Gravity’s your running friend


In chi running, the runner’s ankle, hip, shoulder and a point just behind the ear should be in a straight line when landing. Instructor Ed Cotgageorge teaches Judi Williams, Amber Doughty and Lindsay Nyquist the proper technique during a session at Integrated Physical Therapy at Mercy Regional Medical Center.

By Dale Rodebaugh Herald staff writer

Like the beautician who notes an unbecoming hairdo or the carpenter who spots a badly shingled roof, Ed Cotgageorge notices people’s ungainly posture when they run.

“When I see a runner struggling, I think, ‘It doesn’t have to be that hard,’” said Cotgageorge, a certified instructor of chi running.

Chi running combines the biomechanics of tai chi – correct posture, using gravity instead of muscles for propulsion, and relaxing for less pain and heightened mental clarity.

The runner’s ankle, hip, shoulder and a point just behind the ear should be in a straight line when a full-foot landing is made. The runner, arms making short strokes instead of pumping, doesn’t land on toes or heels.

The body should be relaxed so gravity pulls the runner forward instead of the runner pushing off against a surface.

“This is the way we all learned to walk,” Cotgageorge said. “Then we start wearing shoes and we’re told ‘this is how you run.’”

Cotgageorge, a clinical neuropsychologist, took up chi running three years ago.

“I was a climber and a biker, but as I got older I had spine surgery,” Cotgageorge said. “I was told I shouldn’t run because of my back.”

He said 70 percent of runners perform while injured or recovering from an injury. Since his introduction to chi running, Cotgageorge said, he has run without pain.

Many runners have turned to a more minimalist style of running and to simpler footwear in the last several years. This style has been popularized by the 2009 book Born to Run, about the Tarahumara Indians of Copper Canyon, Mexico.

Local runner and race promoter Matt Kelly is among those who run in a form-fitting shoe – the Vibram Fivefingers – that covers the foot with a thin layer, simulating a bare foot.
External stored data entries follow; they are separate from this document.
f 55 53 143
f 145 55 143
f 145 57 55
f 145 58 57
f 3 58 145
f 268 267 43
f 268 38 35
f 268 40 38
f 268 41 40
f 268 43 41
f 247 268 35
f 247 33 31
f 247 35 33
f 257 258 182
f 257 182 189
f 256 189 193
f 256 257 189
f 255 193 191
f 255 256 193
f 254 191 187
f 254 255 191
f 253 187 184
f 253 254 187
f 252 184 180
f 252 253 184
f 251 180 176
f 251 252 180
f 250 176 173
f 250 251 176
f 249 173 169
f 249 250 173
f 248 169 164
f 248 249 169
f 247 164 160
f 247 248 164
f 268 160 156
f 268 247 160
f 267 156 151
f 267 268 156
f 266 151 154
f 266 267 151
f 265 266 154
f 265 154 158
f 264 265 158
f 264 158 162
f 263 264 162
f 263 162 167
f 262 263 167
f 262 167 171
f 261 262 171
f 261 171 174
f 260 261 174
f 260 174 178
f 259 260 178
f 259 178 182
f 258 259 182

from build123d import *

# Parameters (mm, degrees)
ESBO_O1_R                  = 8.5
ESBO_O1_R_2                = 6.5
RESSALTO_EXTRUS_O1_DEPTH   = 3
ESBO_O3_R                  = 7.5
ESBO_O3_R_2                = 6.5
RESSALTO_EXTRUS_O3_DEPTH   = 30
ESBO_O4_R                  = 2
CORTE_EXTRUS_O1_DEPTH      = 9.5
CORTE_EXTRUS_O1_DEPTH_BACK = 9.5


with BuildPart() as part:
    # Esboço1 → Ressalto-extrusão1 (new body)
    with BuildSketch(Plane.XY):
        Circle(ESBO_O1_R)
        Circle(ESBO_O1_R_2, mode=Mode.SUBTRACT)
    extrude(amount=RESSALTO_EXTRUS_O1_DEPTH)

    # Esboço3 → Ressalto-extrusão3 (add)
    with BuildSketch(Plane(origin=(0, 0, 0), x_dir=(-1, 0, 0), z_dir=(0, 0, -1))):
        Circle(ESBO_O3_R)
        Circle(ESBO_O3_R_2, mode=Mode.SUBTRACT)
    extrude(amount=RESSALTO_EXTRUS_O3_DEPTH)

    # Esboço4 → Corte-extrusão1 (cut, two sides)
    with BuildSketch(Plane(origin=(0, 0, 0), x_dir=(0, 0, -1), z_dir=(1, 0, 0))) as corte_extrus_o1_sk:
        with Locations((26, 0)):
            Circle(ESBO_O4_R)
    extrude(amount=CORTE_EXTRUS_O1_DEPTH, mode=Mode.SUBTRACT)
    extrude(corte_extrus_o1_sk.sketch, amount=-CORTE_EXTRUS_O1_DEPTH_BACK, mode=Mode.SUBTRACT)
“The popularity of chi running was among the styles of running developed to run injury-free,” said Kelly, director of the Durango Double and the Narrow Gauge 10-mile and 5K runs. Both events are sponsored by Animas Surgical Hospital.

The Durango Double, returning after a six-year hiatus, includes 25K and 50K trail runs on Oct. 6 and a marathon and a half-marathon on Oct. 7. The Double was held from 2002 to 2006.

Chi running was developed by Danny Dreyer, an ultra-marathon runner and a student of tai chi. Cotgageorge became a certified instructor in October 2010 after what he describes as rigorous training. Recertification is required every two years.

He coaches individuals and groups, gives workshops and works with a youth Nordic team and hopes to train a group for the Durango Double.

No-shows at a recent clinic given by Cotgageorge resulted in a lot of attention for those who were there:

Judi Williams, 46, a registered nurse, who has run marathons, ultra 24-hour races and triathlons and who is trying to come back from auto accidents in 2000 and 2005 that left her with debilitating neck pain.

“Those accidents halted running as I knew it,” Williams said. “I still telemark ski and hike, but my love of distance running was a lifestyle that has never been replaced.”

Numerous failed attempts to run again when physical therapy, acupuncture and massage proved no relief, required her to make a leap of faith to try chi running, Williams said.

But she’s glad she did.

Williams characterized what she learned as amazing. Chi techniques require subtle changes but produce huge results, she said.

Amber Doughty, 23, a physical therapy technician, runs to stay in shape to play basketball with several teams.

“I didn’t know about chi running but I liked what I learned,” Doughty said. “I want to see if I get better over time.”

She’s not sure if she can apply chi techniques to basketball.

“There’s a lot to concentrate on, both in basketball and in chi running.”

Lindsay Nyquist, 31, who ran track in high school – sprints and hurdles – but took up distance running three years ago.

She since has criss-crossed the Southwest to compete in about 15 half-marathons.

Nyquist ran 12 miles the day after the clinic to test chi running techniques.

“There’s a lot to think about while you’re running,” Nyquist said. “It (chi running) is definitely a work in progress. It will take time to get all the techniques into my muscle memory.”

In conversation, Cotgageorge talks about running, but the same techniques apply to walking, he said.

A chi walking or running posture can become so routine that it’s assumed automatically, Cotageorge said. But it requires practice.

“It’s like golf or yoga,” he said. “There are certain basics, but beyond that they’re evolving processes that you refine.”

There are definite similarities between chi principles and the techniques used by the Ethopians and Kenyans, who tend to dominate marathons, and the Tarahumara Indians, Cotgageorge said.

“If we’re going to beat them we have to run like them,” he said.

Colorado has five of the 170 certified chi running instructors in the United States and abroad.